In front of the old stone cottage, now less dilapidated and more lived-in, a boy moved.

He was twelve, with the lean, corded muscle of constant training. His brown hair was tied back, and his green eyes held a focus far older than his years. In his hands, a simple iron sword wove through the air, but it was more than a blade—it was a conductor.

Mana flowed with every cut, not as a separate spell, but as part of the motion itself. A slash left a faint, lingering green afterimage. A thrust seemed to extend further than the steel should allow.

Roy White, once the trashy side character, was no longer just practicing. He was creating.

The final sequence of his new form ended with a downward cut that sent a ripple through the morning mist. He stood still, chest heaving, sweat cooling on his skin. And then, the world itself took notice.

[You have created a swordsmanship art that does not previously exist. Would you like to name it?]

A grin, fierce and triumphant, spread across his face. "Yes."

A prompt for a name appeared in his mind. The pressure of legacy. It should be something cool, he thought. Something epic. But then a simpler, prouder truth surfaced. This was his. Forged from nothing but stolen knowledge, relentless practice, and sheer will.

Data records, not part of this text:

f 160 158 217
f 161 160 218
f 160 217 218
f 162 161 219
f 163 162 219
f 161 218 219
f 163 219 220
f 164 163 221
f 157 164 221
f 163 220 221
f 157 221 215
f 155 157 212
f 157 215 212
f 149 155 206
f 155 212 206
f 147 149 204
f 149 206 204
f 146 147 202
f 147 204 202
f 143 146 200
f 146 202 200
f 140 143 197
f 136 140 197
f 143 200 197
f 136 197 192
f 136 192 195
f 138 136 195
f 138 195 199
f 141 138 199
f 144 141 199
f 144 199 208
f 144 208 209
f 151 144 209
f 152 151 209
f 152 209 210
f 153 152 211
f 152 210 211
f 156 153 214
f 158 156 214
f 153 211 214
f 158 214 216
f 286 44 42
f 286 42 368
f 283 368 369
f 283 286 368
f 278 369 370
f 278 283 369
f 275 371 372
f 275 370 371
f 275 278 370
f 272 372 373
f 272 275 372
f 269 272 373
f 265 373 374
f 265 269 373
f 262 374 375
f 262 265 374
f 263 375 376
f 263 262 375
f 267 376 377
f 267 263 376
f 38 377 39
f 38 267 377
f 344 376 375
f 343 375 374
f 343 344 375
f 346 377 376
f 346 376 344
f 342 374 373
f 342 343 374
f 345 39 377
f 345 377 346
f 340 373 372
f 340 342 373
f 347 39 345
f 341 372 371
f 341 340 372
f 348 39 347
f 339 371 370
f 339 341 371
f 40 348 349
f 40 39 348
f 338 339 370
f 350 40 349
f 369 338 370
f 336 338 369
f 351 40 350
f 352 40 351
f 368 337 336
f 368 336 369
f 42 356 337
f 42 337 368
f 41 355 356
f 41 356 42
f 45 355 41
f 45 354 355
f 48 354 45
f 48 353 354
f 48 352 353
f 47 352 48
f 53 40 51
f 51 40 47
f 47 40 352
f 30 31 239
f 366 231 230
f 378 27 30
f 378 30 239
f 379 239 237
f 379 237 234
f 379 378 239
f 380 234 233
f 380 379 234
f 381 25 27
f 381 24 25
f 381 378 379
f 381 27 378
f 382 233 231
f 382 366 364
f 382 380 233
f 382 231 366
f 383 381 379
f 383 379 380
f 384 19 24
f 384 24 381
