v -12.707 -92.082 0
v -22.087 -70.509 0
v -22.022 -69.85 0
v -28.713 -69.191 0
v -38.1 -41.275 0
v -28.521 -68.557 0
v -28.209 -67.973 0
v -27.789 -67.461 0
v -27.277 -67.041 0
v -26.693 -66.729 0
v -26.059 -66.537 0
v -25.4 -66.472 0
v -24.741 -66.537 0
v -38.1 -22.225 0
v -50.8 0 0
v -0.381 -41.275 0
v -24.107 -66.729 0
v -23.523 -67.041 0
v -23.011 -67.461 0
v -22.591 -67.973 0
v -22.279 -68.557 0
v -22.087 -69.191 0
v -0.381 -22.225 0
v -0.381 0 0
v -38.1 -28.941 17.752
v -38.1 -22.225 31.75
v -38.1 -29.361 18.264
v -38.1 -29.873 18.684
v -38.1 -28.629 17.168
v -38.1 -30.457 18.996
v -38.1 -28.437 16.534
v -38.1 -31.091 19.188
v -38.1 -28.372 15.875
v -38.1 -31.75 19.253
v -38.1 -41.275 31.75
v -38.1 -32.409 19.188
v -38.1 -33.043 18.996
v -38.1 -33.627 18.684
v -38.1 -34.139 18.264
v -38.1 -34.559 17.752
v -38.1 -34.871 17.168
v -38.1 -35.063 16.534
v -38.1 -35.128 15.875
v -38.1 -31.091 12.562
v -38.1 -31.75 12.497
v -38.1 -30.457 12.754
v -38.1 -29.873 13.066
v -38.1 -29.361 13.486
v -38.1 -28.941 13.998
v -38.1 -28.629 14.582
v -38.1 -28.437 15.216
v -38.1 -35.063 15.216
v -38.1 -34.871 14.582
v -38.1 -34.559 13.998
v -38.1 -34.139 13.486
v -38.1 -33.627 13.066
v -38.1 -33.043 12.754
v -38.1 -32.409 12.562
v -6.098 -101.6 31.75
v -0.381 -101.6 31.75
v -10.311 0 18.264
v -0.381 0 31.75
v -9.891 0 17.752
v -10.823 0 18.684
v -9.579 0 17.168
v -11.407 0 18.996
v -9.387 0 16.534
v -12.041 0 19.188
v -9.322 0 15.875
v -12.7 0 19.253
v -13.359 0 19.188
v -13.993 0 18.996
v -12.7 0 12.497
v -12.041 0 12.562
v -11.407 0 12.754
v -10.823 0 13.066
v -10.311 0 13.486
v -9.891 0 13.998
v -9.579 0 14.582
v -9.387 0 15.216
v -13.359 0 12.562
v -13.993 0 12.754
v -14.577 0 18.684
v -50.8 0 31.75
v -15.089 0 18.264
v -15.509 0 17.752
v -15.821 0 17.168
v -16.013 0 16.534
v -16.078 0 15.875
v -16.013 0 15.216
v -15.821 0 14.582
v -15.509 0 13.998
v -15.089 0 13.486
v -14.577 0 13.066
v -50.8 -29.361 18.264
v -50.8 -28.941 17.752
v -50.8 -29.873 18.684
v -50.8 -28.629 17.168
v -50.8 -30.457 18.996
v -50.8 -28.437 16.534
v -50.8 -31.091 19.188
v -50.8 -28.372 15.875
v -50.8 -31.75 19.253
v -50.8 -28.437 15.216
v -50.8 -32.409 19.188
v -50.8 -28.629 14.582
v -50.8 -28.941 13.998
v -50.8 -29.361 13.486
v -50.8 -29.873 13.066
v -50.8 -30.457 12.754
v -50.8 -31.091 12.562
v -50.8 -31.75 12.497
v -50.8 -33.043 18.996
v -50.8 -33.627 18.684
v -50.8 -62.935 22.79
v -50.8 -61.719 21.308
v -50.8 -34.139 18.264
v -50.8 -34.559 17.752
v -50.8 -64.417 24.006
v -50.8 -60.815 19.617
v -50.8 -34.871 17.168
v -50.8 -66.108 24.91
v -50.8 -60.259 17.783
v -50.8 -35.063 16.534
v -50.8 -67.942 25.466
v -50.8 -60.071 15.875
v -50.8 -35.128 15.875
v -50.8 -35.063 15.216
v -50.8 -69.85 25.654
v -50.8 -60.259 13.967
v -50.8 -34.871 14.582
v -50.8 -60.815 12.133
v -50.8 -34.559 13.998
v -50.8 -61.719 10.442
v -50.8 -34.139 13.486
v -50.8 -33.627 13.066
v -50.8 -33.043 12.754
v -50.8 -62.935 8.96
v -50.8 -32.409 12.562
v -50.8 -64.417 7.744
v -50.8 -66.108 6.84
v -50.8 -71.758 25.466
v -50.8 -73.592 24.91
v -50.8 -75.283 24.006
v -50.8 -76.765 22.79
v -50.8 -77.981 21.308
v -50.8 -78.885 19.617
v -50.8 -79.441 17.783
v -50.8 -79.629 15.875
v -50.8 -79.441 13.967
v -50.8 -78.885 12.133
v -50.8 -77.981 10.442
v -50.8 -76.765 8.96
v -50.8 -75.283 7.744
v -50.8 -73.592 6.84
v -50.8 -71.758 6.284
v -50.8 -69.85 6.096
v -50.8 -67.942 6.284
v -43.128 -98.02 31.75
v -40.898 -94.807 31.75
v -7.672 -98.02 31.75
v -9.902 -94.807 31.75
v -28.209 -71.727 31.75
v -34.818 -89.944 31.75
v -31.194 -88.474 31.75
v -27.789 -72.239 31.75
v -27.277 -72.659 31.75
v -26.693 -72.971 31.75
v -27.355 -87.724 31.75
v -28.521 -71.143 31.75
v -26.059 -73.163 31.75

"Name it... Roy's Swordsmanship."

[Art Registered: Roy's Swordsmanship. Creator: Roy. Grade: C? - Proficiency: D.]

A C-grade art! With a question mark, indicating its potential to grow. Its foundation was a trinity:

1. Imperial Swordsmanship (D): For its structured power and form.

2. Kane Swordsmanship (Principles): For its ruthless speed and efficient angles (learned a year ago after mastering the Imperial style in a record six months).

3. Kendo (E): For its philosophy of distance, timing, and the spirit of the cut.

He had tried to weave mana into the very fabric of the style, as hinted at in the novel's descriptions of advanced magic swordsmen. It was the hardest part, a process of trial, error, and near-mana burnout. He hadn't fully succeeded—true mana-channeling was still beyond him—but he had achieved mana resonance, where his spells and movements enhanced each other in sequence.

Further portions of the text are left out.